Key Concepts and Formulas

• Property of Definite Integrals: The value of a definite integral $\int_a^b f(x) dx$ remains unchanged if we replace $x$ with $a+b-x$. This property is stated as: $\int\limits_a^b {f\left( x \right)dx = \int\limits_a^b {f\left( {a + b - x} \right)dx} }$
• Integral of a Constant: The integral of a constant $c$ with respect to $x$ is $cx$. $\int c \, dx = cx + C$ For definite integrals: $\int_a^b c \, dx = c(b-a)$

Step-by-Step Solution

Step 1: Define the Integral and Identify Limits Let the given integral be $I$. $I = \int\limits_3^6 {{{\sqrt x } \over {\sqrt {9 - x} + \sqrt x }}} dx$ The limits of integration are $a=3$ and $b=6$.

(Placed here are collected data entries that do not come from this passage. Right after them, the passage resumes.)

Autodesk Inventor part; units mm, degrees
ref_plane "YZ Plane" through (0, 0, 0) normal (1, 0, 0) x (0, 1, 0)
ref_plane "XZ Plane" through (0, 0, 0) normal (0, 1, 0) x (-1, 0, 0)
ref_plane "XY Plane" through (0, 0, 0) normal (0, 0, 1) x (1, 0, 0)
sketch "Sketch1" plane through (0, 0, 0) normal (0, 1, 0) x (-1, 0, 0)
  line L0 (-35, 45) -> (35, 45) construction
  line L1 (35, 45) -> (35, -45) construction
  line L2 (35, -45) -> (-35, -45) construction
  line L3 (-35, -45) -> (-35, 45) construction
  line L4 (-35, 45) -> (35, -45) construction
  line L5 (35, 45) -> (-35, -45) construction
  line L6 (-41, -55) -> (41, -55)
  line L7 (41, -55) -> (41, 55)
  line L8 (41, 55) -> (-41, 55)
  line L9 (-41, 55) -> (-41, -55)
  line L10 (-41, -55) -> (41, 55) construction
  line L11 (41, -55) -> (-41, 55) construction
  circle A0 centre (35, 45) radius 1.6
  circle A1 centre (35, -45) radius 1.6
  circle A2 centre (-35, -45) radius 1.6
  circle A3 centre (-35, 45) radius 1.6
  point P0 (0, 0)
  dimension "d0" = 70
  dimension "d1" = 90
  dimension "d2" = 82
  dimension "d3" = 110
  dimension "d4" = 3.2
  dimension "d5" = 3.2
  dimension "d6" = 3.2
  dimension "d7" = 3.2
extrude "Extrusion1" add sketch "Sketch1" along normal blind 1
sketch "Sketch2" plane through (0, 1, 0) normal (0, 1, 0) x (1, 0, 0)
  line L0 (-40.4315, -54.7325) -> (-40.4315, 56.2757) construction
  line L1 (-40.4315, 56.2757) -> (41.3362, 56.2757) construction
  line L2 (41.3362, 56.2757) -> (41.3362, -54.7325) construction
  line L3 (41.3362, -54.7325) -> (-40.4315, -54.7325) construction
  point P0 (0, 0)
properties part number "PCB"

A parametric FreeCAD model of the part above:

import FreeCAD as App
import Part
import Sketcher


def add_polygon(sketch, points):
    """Adds a closed chain of lines whose ends are joined by coincident constraints."""
    first, n = sketch.GeometryCount, len(points)
    for a, b in zip(points, points[1:] + points[:1]):
        sketch.addGeometry(Part.LineSegment(App.Vector(*a, 0), App.Vector(*b, 0)), False)
    for i in range(n):
        sketch.addConstraint(Sketcher.Constraint("Coincident", first + i, 2, first + (i + 1) % n, 1))

doc = App.newDocument("Part")
params = doc.addObject("Spreadsheet::Sheet", "Params")
for row, (alias, value) in enumerate([
    ("sketch1_diameter", "3.2 mm"),
    ("sketch1_width", "82 mm"),
    ("sketch1_height", "110 mm"),
    ("pad1_length", "1 mm"),
], start=1):
    params.set(f"A{row}", alias)
    params.set(f"B{row}", "=" + value)
    params.setAlias(f"B{row}", alias)

body = doc.addObject("PartDesign::Body", "Body")

sketch1 = doc.addObject("Sketcher::SketchObject", "Sketch")
body.addObject(sketch1)
sketch1.AttachmentSupport = (doc.XZ_Plane, [""])
sketch1.MapMode = "FlatFace"
add_polygon(sketch1, [(41, 55), (41, -55), (-41, -55), (-41, 55)])
sketch1.addGeometry(Part.Circle(App.Vector(35, -45, 0), App.Vector(0, 0, 1), 1.6), False)
sketch1.addGeometry(Part.Circle(App.Vector(-35, -45, 0), App.Vector(0, 0, 1), 1.6), False)
sketch1.addGeometry(Part.Circle(App.Vector(35, 45, 0), App.Vector(0, 0, 1), 1.6), False)
sketch1.addGeometry(Part.Circle(App.Vector(-35, 45, 0), App.Vector(0, 0, 1), 1.6), False)
sketch1.addConstraint([
    Sketcher.Constraint("Vertical", 0),
    Sketcher.Constraint("Horizontal", 1),
    Sketcher.Constraint("Vertical", 2),
    Sketcher.Constraint("Horizontal", 3),
    Sketcher.Constraint("Equal", 4, 5),
    Sketcher.Constraint("Equal", 5, 6),
    Sketcher.Constraint("Equal", 6, 7),
    Sketcher.Constraint("Symmetric", 5, 3, 6, 3, -1, 1),
    Sketcher.Constraint("Symmetric", 4, 3, 7, 3, -1, 1),
    Sketcher.Constraint("Symmetric", 0, 2, 2, 2, -1, 1),
    Sketcher.Constraint("Symmetric", 4, 3, 5, 3, -2),
    Sketcher.Constraint("Diameter", 4, 3.2),
    Sketcher.Constraint("DistanceX", 1, 2, 1, 1, 82.0),
    Sketcher.Constraint("DistanceY", 0, 2, 0, 1, 110.0),
    Sketcher.Constraint("DistanceX", 5, 3, 4, 3, 70.0),
    Sketcher.Constraint("DistanceY", 4, 3, 6, 3, 90.0),
])
sketch1.setExpression("Constraints[15]", "Params.sketch1_diameter")
sketch1.setExpression("Constraints[16]", "Params.sketch1_width")
sketch1.setExpression("Constraints[17]", "Params.sketch1_height")
pad1 = doc.addObject("PartDesign::Pad", "Pad")
body.addObject(pad1)
pad1.Profile = sketch1
pad1.setExpression("Length", "Params.pad1_length")
pad1.Reversed = True

doc.recompute()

Step 2: Apply the Property of Definite Integrals We use the property $\int_a^b f(x) dx = \int_a^b f(a+b-x) dx$. Here, $a+b = 3+6 = 9$. We substitute $x$ with $(9-x)$ in the integrand. Let $f(x) = \frac{\sqrt{x}}{\sqrt{9-x} + \sqrt{x}}$. Then, $f(9-x) = \frac{\sqrt{9-x}}{\sqrt{9-(9-x)} + \sqrt{9-x}} = \frac{\sqrt{9-x}}{\sqrt{x} + \sqrt{9-x}}$. Applying the property, we get a new expression for $I$: $I = \int\limits_3^6 {{{\sqrt {9 - x} } \over {\sqrt x + \sqrt {9 - x} }}} dx \quad \ldots(2)$

Step 3: Combine the Original and Transformed Integrals We now have two expressions for $I$: $I = \int\limits_3^6 {{{\sqrt x } \over {\sqrt {9 - x} + \sqrt x }}} dx \quad \ldots(1)$ $I = \int\limits_3^6 {{{\sqrt {9 - x} } \over {\sqrt x + \sqrt {9 - x} }}} dx \quad \ldots(2)$ Adding equation (1) and equation (2): $I + I = \int\limits_3^6 {{{\sqrt x } \over {\sqrt {9 - x} + \sqrt x }}} dx + \int\limits_3^6 {{{\sqrt {9 - x} } \over {\sqrt x + \sqrt {9 - x} }}} dx$ Since the limits of integration are the same, we can combine the integrands: $2I = \int\limits_3^6 \left( {{{\sqrt x } \over {\sqrt {9 - x} + \sqrt x }} + {{\sqrt {9 - x} } \over {\sqrt x + \sqrt {9 - x} }}} \right) dx$ The denominators are identical: $\sqrt{9-x} + \sqrt{x}$. Therefore, we can add the numerators directly: $2I = \int\limits_3^6 \left( {{{\sqrt x + \sqrt {9 - x} } \over {\sqrt {9 - x} + \sqrt x }}} \right) dx$ The term in the parenthesis simplifies to 1: $2I = \int\limits_3^6 1 \, dx$

Step 4: Evaluate the Simplified Integral The integral of $1$ with respect to $x$ is $x$. $2I = \left[ x \right]_3^6$ Applying the limits of integration: $2I = 6 - 3$ $2I = 3$

Step 5: Solve for $I$ Divide both sides by 2 to find the value of the original integral: $I = {3 \over 2}$

Common Mistakes & Tips

• Forgetting the $2I$: A frequent error is to equate the result of the simplified integral directly to $I$ instead of $2I$. Always remember that you are adding the original integral to itself.
• Incorrect Substitution: Ensure that when applying the property $x \to a+b-x$, you correctly substitute into all occurrences of $x$ in the integrand, especially within nested functions like square roots.
• Recognizing Simplification: The power of this property lies in the simplification of the integrand. Look for cases where $f(x) + f(a+b-x)$ results in a constant or a much simpler function, as seen here where it simplified to 1.

Summary

The problem is solved by leveraging a key property of definite integrals: $\int_a^b f(x) dx = \int_a^b f(a+b-x) dx$. By applying this property to the given integral, we obtained an alternative expression for the same integral. Adding the original and the transformed integral resulted in a significant simplification of the integrand to 1, making the final evaluation straightforward. The value of the integral is found to be $\frac{3}{2}$.

The final answer is $\boxed{{3 \over 2}}$.